Coming back to your last album, you recorded the song “Polska”, which is very ironic and explicit. After the elections, does our country seem a bit friendlier to you?

BM: – Of all the information that has reached me so far, I am probably most happy that Agnieszka Szydłowska has become the director of Trójka. This is a very positive change and I hope that this radio station will be reinvented. Szydłowska is a great candidate to resurrect Trójka, although it will certainly be a difficult task.

J.Ż.: – As for political issues, I can actually see some positive changes, but also a lot of negative energy sweeping through our country, so for now it is difficult to say whether this is the Poland we have been waiting for for so long. Generally speaking, I think Bartek and I can agree that we do not feel like we won these elections, because these are not the people we voted for. However, we must be happy that change has come, because what has happened over the last eight years has been simply terrible. We must also remember that politicians always need to be watched. Whoever it may be.

You mentioned earlier that you are a melancholy guest. If you had to choose between living in the present day or in the 80’s or 90’s, what would you choose? After all, the music of Wczasy clearly shows the influence of those years.

BM: – This is a “science fiction” question, of course. Would I change the current times to the 90s, hmm? There were certainly a lot of cool social situations back then that simply don’t exist anymore. I don’t want to sound like an old man who says that “it happened once”, but music certainly triggered more emotions in people. Concerts in the 1990s were almost like masses and simply very important meetings that brought people together. So yes, I would definitely like to relive these types of moments. It would be nice to move to specific places for some time and experience some events firsthand. But honestly, I don’t know if I would like to change today’s times to what they were in the 90s for a long time.

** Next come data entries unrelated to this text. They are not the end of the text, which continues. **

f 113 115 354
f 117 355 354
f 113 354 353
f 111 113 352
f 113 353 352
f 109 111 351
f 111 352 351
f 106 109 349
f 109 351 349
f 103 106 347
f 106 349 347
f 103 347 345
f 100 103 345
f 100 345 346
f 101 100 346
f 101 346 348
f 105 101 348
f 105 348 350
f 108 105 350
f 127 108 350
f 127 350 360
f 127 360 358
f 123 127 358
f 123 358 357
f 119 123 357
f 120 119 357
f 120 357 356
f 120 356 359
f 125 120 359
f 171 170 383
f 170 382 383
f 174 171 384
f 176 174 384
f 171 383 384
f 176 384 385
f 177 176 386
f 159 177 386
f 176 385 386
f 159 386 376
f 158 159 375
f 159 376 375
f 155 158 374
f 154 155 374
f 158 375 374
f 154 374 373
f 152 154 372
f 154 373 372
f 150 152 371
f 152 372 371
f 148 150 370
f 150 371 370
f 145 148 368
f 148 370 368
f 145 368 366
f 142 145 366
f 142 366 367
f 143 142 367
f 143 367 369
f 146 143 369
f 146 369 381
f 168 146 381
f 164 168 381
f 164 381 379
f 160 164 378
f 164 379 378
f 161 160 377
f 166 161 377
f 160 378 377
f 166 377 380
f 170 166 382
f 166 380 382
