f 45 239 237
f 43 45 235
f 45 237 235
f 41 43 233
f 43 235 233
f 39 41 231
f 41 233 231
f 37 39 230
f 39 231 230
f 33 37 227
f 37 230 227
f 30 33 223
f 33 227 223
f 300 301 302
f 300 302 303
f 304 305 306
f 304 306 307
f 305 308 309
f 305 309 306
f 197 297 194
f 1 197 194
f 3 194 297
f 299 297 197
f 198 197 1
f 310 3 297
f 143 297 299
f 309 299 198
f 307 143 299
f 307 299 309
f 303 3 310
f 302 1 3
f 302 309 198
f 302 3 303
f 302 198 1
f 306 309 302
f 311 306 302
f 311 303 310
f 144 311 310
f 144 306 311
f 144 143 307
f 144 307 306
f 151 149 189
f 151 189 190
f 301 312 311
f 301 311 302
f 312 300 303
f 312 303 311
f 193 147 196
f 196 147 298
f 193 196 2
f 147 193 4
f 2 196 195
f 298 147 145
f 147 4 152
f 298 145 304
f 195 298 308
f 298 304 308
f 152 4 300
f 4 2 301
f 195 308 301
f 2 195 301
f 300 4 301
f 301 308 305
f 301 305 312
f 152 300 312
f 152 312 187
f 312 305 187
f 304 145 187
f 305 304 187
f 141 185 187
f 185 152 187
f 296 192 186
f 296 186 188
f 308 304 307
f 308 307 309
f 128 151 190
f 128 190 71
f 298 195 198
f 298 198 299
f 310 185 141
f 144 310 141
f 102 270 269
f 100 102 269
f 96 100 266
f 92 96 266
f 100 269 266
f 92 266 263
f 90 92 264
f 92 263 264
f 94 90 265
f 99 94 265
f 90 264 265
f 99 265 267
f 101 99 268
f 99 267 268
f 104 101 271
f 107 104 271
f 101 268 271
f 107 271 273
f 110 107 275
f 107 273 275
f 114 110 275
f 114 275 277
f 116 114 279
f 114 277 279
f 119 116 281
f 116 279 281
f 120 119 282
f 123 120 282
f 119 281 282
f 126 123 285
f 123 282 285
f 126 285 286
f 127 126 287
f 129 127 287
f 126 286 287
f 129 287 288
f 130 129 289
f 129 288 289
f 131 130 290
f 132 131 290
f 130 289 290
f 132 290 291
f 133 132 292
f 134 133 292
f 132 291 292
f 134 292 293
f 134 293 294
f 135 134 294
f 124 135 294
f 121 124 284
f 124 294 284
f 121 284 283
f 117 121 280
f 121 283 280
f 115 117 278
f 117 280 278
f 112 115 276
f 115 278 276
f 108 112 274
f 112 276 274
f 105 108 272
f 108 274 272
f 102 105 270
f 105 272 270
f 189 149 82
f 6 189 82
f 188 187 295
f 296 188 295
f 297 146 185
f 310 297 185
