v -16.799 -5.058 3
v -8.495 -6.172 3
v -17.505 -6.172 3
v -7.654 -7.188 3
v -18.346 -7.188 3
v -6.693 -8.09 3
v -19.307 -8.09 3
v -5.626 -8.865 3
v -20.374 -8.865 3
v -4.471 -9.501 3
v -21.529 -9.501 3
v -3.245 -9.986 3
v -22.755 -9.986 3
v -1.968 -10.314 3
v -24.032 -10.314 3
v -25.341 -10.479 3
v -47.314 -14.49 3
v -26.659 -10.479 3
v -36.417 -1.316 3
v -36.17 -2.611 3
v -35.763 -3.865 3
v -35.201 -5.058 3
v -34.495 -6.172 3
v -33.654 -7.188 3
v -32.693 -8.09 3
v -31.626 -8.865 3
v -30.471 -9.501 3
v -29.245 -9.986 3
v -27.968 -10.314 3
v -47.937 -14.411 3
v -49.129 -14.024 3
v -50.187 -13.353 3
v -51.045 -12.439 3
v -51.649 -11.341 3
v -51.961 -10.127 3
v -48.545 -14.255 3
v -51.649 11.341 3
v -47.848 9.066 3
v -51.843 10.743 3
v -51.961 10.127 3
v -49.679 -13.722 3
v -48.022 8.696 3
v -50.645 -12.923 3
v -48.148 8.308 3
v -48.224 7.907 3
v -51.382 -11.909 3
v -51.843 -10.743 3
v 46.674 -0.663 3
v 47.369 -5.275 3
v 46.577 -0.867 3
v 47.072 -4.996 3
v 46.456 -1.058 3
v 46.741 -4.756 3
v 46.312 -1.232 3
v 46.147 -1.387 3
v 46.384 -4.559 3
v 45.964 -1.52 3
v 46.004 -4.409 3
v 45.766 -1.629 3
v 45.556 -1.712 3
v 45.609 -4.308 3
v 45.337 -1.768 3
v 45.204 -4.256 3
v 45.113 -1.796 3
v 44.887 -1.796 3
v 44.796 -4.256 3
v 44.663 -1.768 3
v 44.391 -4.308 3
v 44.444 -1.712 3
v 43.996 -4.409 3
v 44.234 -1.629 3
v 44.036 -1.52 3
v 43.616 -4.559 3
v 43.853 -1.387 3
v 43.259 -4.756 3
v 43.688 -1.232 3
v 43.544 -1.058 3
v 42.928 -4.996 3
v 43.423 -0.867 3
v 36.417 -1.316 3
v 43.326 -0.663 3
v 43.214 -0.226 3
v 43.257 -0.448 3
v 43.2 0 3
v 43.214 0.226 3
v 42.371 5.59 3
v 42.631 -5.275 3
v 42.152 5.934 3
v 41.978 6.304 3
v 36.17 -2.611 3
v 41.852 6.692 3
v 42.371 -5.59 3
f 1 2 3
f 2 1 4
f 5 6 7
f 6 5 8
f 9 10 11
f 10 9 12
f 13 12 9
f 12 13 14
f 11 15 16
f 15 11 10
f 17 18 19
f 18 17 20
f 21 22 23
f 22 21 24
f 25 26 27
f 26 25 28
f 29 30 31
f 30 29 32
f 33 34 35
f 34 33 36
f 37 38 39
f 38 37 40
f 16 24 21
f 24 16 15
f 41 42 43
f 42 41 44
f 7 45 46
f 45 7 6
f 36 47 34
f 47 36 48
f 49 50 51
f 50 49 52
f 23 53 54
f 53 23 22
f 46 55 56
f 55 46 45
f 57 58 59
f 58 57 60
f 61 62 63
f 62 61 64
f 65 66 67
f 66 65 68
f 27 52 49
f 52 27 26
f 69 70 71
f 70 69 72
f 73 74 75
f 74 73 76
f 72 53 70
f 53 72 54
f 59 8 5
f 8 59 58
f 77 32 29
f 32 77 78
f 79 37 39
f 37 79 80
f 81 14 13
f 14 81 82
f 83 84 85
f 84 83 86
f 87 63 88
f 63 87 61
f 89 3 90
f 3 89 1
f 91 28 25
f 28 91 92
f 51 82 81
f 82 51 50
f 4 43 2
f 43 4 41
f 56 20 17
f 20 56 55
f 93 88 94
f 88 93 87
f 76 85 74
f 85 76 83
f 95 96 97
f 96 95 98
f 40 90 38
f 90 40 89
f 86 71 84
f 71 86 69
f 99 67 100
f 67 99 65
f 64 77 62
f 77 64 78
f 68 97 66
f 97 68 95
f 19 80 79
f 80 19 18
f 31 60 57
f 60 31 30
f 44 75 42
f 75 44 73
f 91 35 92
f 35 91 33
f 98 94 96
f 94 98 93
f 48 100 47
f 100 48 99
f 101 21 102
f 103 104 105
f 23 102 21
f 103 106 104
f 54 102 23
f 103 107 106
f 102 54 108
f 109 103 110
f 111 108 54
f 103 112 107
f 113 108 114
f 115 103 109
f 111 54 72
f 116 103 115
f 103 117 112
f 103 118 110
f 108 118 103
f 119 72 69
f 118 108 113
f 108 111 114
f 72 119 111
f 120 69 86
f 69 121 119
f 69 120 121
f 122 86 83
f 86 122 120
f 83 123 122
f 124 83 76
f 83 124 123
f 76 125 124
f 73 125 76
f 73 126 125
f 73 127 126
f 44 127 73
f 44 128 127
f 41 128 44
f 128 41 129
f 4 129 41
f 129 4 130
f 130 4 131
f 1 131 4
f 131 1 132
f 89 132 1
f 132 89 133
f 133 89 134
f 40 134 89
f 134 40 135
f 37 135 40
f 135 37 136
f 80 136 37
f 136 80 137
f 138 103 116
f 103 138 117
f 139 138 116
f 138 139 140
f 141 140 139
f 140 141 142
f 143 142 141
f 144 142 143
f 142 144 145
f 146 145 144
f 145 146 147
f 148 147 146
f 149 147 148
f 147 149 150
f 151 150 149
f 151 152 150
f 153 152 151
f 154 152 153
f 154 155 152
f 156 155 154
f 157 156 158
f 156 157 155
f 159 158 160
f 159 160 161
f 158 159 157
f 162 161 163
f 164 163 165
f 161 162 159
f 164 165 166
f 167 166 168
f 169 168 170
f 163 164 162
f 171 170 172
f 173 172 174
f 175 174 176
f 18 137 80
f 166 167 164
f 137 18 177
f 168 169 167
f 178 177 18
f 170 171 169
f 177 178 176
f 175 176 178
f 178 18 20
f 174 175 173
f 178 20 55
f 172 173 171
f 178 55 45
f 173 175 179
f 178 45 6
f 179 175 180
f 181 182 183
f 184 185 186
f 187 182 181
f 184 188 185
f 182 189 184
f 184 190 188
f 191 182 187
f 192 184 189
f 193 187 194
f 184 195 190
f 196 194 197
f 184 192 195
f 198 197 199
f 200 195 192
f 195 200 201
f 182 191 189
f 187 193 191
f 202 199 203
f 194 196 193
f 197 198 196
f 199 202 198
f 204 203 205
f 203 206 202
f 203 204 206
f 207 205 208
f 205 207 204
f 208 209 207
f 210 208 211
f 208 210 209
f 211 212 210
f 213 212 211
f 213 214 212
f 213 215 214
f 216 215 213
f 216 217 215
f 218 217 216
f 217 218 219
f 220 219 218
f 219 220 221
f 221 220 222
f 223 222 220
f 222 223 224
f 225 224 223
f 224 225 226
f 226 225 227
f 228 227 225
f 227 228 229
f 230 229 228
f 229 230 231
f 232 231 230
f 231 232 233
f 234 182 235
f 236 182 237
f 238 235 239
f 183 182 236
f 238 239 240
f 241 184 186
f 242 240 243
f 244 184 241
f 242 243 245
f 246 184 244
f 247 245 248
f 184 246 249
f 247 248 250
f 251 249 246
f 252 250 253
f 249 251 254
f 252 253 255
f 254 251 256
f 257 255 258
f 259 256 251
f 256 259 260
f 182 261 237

J.Ż.: – I like music from the 80’s and 90’s, which can probably also be heard in our music with Bartek. Personally, I would like to go back to the times “before phones” and a lot of information, because it is tiring for me. Just a few years ago I didn’t feel so tired every day. The amount of modern stimuli is definitely too much for me. Sometimes I even think that it’s time to give up all social media. On the other hand, I realize that it would be quite difficult in the context of artistic work. Oh, and the automotive industry was great in the 90s! I’m a fan of cars from those years, so you understand.

You mentioned that you deal professionally with more than just music. So what else is there in your life?

J.Ż.: – I am still involved in artistic work and contemporary art. I make sound installations, I used to make music videos, e.g. for Król, Trupa Trupa, Schafter, but now I have somehow moved away from it.

BM: – For the last year I have been focused solely on music. Previously, I worked for about 10 years in SEO internet marketing. I haven’t had a job for a year, and during this year without a job I was able to focus more on my family and making music. I’m reaching a point where I have to decide what to do next and how to make money. So I’m at a crossroads and it takes me a lot of time to think about it and decide which direction to take. But I hope that the future will bring positive solutions.